- Task description -
Using the records below, output the stretch that opens with the line containing "#18=VECTOR('',#17,1.);" and closes with the line containing "#35=EDGE_CURVE('',#30,#14,#34,.T.);", exactly and including both lines, with nothing more.

- Data -
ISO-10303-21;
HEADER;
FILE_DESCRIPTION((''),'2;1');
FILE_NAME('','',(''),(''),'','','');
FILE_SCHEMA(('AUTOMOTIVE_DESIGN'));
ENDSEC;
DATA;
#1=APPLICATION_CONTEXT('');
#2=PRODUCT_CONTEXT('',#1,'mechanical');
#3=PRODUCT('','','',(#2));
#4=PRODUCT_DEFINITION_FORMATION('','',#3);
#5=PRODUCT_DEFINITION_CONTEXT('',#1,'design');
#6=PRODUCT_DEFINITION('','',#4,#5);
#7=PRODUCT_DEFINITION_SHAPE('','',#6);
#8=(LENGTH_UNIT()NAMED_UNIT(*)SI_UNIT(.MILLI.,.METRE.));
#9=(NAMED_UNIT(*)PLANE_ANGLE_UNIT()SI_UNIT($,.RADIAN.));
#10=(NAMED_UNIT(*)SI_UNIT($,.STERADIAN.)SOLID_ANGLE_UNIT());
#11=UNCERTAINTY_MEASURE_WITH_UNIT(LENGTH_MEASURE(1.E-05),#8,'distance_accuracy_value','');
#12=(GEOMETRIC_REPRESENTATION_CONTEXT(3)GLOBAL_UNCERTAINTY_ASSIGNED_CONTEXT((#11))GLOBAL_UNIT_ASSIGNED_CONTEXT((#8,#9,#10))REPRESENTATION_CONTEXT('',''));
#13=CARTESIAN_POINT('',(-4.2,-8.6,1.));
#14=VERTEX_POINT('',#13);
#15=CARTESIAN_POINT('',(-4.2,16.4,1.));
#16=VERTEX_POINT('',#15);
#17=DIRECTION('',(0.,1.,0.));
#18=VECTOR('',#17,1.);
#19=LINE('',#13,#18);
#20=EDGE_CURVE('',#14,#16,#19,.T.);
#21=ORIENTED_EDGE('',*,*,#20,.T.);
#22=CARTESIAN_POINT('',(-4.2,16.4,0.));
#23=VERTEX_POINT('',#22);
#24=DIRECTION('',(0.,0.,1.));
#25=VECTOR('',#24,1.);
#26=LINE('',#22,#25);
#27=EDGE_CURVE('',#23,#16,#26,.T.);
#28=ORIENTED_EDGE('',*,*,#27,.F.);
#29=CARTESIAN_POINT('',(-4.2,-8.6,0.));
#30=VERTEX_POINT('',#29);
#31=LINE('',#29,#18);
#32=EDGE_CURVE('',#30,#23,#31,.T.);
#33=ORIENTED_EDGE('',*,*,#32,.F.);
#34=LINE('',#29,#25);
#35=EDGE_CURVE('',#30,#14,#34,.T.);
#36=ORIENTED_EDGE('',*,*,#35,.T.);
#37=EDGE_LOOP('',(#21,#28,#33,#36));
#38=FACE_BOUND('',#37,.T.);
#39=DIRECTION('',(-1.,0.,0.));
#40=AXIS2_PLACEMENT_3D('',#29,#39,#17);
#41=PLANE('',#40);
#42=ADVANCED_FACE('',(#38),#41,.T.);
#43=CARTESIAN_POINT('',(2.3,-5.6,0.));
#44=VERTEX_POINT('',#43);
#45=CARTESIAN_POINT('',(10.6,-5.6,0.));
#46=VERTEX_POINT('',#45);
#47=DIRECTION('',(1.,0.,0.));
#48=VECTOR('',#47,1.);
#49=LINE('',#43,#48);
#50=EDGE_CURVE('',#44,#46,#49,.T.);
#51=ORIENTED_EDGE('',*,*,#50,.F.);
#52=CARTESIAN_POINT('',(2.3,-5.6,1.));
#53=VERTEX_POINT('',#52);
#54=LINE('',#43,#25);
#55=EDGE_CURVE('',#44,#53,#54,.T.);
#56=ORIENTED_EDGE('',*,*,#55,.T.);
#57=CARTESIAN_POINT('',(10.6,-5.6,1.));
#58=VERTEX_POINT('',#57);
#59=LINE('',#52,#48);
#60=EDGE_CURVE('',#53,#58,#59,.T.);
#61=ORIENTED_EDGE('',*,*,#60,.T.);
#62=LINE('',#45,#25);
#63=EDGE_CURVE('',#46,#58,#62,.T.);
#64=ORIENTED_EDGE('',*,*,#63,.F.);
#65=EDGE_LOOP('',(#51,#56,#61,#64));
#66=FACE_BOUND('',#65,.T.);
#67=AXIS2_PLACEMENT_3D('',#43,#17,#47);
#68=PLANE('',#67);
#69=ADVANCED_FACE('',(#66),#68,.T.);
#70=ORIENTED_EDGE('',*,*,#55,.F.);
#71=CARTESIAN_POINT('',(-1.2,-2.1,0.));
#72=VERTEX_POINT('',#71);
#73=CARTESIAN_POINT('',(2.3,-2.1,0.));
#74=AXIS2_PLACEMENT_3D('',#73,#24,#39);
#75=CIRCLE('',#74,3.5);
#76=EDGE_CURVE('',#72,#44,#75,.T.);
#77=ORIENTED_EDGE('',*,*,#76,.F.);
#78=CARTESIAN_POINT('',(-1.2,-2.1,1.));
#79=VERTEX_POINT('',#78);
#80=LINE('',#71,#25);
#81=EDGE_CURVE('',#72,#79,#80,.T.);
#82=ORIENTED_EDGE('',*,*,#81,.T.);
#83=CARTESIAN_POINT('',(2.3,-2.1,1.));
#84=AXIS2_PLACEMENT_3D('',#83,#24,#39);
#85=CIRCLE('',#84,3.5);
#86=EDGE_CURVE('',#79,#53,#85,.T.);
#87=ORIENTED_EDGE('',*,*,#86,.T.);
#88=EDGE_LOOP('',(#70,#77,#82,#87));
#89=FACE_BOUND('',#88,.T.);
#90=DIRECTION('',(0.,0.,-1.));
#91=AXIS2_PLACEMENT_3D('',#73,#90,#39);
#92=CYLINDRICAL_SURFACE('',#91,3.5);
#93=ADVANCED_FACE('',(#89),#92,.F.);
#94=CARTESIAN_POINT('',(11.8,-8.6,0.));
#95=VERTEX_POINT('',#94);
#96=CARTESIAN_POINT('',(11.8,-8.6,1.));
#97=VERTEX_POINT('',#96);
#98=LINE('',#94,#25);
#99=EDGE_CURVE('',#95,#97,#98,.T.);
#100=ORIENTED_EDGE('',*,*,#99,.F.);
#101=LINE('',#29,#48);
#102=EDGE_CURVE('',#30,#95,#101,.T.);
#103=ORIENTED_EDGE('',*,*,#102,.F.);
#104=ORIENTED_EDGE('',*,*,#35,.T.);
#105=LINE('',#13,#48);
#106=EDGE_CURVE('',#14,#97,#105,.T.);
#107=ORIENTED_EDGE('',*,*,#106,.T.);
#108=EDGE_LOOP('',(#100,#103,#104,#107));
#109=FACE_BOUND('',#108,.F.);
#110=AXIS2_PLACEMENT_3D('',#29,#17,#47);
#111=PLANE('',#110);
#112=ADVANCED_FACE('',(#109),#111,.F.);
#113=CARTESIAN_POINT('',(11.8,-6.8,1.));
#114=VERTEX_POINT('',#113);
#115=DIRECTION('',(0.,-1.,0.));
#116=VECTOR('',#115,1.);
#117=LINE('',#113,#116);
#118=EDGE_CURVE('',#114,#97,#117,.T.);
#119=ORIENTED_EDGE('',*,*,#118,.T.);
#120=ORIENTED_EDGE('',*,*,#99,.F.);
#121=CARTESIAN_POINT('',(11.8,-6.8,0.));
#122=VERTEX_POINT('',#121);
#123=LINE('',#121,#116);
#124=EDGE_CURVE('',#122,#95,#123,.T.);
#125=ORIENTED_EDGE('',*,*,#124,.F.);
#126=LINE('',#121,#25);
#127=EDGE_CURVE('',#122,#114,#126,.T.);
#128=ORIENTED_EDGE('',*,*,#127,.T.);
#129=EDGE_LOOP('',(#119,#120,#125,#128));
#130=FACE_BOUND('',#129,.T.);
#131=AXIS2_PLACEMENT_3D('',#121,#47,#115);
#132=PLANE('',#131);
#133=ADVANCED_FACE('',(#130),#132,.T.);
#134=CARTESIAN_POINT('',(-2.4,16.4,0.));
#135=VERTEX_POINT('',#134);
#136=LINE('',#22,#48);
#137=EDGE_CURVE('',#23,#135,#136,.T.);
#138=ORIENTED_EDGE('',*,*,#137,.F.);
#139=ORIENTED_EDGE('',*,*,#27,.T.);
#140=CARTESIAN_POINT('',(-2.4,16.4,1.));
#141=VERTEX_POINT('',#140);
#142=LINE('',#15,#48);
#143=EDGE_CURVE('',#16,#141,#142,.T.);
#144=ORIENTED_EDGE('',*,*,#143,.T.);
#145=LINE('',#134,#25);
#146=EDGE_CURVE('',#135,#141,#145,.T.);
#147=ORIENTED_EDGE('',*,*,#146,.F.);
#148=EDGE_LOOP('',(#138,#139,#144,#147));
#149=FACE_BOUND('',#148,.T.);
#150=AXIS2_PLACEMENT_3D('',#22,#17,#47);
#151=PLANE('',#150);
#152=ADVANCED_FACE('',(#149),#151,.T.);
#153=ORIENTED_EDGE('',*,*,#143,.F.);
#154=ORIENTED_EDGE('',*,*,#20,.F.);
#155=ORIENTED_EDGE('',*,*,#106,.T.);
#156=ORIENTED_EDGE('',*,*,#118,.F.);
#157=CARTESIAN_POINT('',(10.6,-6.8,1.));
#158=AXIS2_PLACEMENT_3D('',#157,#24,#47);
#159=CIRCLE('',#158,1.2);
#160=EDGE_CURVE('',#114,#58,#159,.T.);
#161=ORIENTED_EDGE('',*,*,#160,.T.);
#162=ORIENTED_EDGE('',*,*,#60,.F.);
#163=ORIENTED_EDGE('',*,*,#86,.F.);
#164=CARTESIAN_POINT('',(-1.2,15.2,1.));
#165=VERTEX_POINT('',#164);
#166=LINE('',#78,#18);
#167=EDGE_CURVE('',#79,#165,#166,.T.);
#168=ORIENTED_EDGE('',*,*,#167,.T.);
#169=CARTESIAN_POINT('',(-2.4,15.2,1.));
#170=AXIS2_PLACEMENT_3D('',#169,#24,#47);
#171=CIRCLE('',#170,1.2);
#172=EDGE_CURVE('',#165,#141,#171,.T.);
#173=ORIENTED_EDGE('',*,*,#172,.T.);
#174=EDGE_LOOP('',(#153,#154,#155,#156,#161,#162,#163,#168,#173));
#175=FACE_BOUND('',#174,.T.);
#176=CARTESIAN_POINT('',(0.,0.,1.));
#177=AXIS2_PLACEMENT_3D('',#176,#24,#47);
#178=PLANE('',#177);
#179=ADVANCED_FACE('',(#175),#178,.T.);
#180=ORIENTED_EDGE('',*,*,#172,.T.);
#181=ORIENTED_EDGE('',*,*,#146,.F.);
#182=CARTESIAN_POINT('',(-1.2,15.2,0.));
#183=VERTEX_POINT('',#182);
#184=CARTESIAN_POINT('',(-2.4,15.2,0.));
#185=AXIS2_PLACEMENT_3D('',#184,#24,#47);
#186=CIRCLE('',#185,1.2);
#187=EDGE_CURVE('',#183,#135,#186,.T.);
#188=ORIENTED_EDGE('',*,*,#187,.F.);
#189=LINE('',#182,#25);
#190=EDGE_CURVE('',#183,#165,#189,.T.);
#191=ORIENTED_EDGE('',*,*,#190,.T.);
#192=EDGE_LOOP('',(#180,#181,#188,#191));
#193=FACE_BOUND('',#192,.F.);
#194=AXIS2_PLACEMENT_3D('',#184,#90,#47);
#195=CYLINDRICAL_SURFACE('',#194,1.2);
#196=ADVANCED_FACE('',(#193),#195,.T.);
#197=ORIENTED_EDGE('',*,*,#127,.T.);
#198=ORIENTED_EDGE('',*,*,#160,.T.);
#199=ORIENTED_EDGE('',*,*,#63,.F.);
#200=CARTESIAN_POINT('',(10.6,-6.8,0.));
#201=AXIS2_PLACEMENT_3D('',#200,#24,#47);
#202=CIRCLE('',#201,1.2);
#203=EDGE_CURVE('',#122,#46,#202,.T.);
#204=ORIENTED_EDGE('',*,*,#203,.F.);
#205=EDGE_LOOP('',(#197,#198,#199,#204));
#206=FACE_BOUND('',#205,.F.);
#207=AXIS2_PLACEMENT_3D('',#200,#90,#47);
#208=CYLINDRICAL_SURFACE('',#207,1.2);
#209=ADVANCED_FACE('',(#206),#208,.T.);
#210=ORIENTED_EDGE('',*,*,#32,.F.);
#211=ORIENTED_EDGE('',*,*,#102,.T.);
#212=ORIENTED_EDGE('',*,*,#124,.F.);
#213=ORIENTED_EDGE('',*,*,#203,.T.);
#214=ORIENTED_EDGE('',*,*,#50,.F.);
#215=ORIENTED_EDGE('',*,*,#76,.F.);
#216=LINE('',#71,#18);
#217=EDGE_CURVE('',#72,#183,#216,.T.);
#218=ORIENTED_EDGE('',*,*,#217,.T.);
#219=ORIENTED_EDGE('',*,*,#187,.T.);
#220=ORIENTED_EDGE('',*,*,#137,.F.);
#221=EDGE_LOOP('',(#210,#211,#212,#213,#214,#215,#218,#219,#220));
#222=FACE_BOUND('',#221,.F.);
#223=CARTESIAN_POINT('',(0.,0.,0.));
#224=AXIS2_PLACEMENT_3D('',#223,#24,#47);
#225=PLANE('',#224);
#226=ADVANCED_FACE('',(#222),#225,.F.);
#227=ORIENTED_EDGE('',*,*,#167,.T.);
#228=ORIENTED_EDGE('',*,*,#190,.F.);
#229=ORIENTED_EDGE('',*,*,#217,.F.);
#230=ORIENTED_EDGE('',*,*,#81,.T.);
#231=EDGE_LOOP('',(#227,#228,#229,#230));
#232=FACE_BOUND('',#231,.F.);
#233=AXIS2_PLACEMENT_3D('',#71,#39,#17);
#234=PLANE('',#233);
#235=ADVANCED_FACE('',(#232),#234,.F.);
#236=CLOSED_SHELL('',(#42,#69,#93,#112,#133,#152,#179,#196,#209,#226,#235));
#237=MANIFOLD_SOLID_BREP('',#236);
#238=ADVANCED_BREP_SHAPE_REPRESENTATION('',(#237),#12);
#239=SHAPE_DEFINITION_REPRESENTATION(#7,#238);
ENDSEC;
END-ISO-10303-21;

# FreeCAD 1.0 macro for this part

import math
import FreeCAD as App
import Part
import Sketcher
from FreeCAD import Vector

doc = App.newDocument("Part")
params = doc.addObject("Spreadsheet::Sheet", "Params")
for row, (alias, value) in enumerate([
    ("sketch1_radius", "3.5 mm"),
    ("sketch1_radius2", "1.2 mm"),
    ("sketch1_width", "16 mm"),
    ("sketch1_height", "25 mm"),
    ("pad1_length", "1 mm"),
], start=1):
    params.set(f"A{row}", alias)
    params.set(f"B{row}", "=" + value)
    params.setAlias(f"B{row}", alias)

body = doc.addObject("PartDesign::Body", "Body")

sketch1 = body.newObject("Sketcher::SketchObject", "Sketch")
sketch1.AttachmentSupport = (doc.getObject("XY_Plane"), [""])
sketch1.MapMode = "FlatFace"
sketch1.addGeometry([
    Part.ArcOfCircle(Part.Circle(Vector(2.3, -2.1, 0), Vector(0, 0, 1), 3.5), math.radians(180), math.radians(270)),
    Part.LineSegment(Vector(-1.2, -2.1, 0), Vector(-1.2, 15.2, 0)),
    Part.ArcOfCircle(Part.Circle(Vector(-2.4, 15.2, 0), Vector(0, 0, 1), 1.2), math.radians(0), math.radians(90)),
    Part.LineSegment(Vector(-2.4, 16.4, 0), Vector(-4.2, 16.4, 0)),
    Part.LineSegment(Vector(-4.2, 16.4, 0), Vector(-4.2, -8.6, 0)),
    Part.LineSegment(Vector(-4.2, -8.6, 0), Vector(11.8, -8.6, 0)),
    Part.LineSegment(Vector(11.8, -8.6, 0), Vector(11.8, -6.8, 0)),
    Part.ArcOfCircle(Part.Circle(Vector(10.6, -6.8, 0), Vector(0, 0, 1), 1.2), math.radians(0), math.radians(90)),
    Part.LineSegment(Vector(10.6, -5.6, 0), Vector(2.3, -5.6, 0)),
], False)
sketch1.addConstraint([
    Sketcher.Constraint("Tangent", 0, 1, 1, 1),
    Sketcher.Constraint("Tangent", 1, 2, 2, 1),
    Sketcher.Constraint("Tangent", 2, 2, 3, 1),
    Sketcher.Constraint("Coincident", 3, 2, 4, 1),
    Sketcher.Constraint("Coincident", 4, 2, 5, 1),
    Sketcher.Constraint("Coincident", 5, 2, 6, 1),
    Sketcher.Constraint("Tangent", 6, 2, 7, 1),
    Sketcher.Constraint("Tangent", 7, 2, 8, 1),
    Sketcher.Constraint("Tangent", 8, 2, 0, 2),
    Sketcher.Constraint("Vertical", 1),
    Sketcher.Constraint("Horizontal", 3),
    Sketcher.Constraint("Vertical", 4),
    Sketcher.Constraint("Horizontal", 5),
    Sketcher.Constraint("Vertical", 6),
    Sketcher.Constraint("Horizontal", 8),
    Sketcher.Constraint("Equal", 2, 7),
    Sketcher.Constraint("Equal", 3, 6),
    Sketcher.Constraint("Radius", 0, 3.5),
    Sketcher.Constraint("Radius", 2, 1.2),
    Sketcher.Constraint("DistanceX", 5, 1, 5, 2, 16.0),
    Sketcher.Constraint("DistanceY", 4, 2, 4, 1, 25.0),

- Answer to this exercise -
#18=VECTOR('',#17,1.);
#19=LINE('',#13,#18);
#20=EDGE_CURVE('',#14,#16,#19,.T.);
#21=ORIENTED_EDGE('',*,*,#20,.T.);
#22=CARTESIAN_POINT('',(-4.2,16.4,0.));
#23=VERTEX_POINT('',#22);
#24=DIRECTION('',(0.,0.,1.));
#25=VECTOR('',#24,1.);
#26=LINE('',#22,#25);
#27=EDGE_CURVE('',#23,#16,#26,.T.);
#28=ORIENTED_EDGE('',*,*,#27,.F.);
#29=CARTESIAN_POINT('',(-4.2,-8.6,0.));
#30=VERTEX_POINT('',#29);
#31=LINE('',#29,#18);
#32=EDGE_CURVE('',#30,#23,#31,.T.);
#33=ORIENTED_EDGE('',*,*,#32,.F.);
#34=LINE('',#29,#25);
#35=EDGE_CURVE('',#30,#14,#34,.T.);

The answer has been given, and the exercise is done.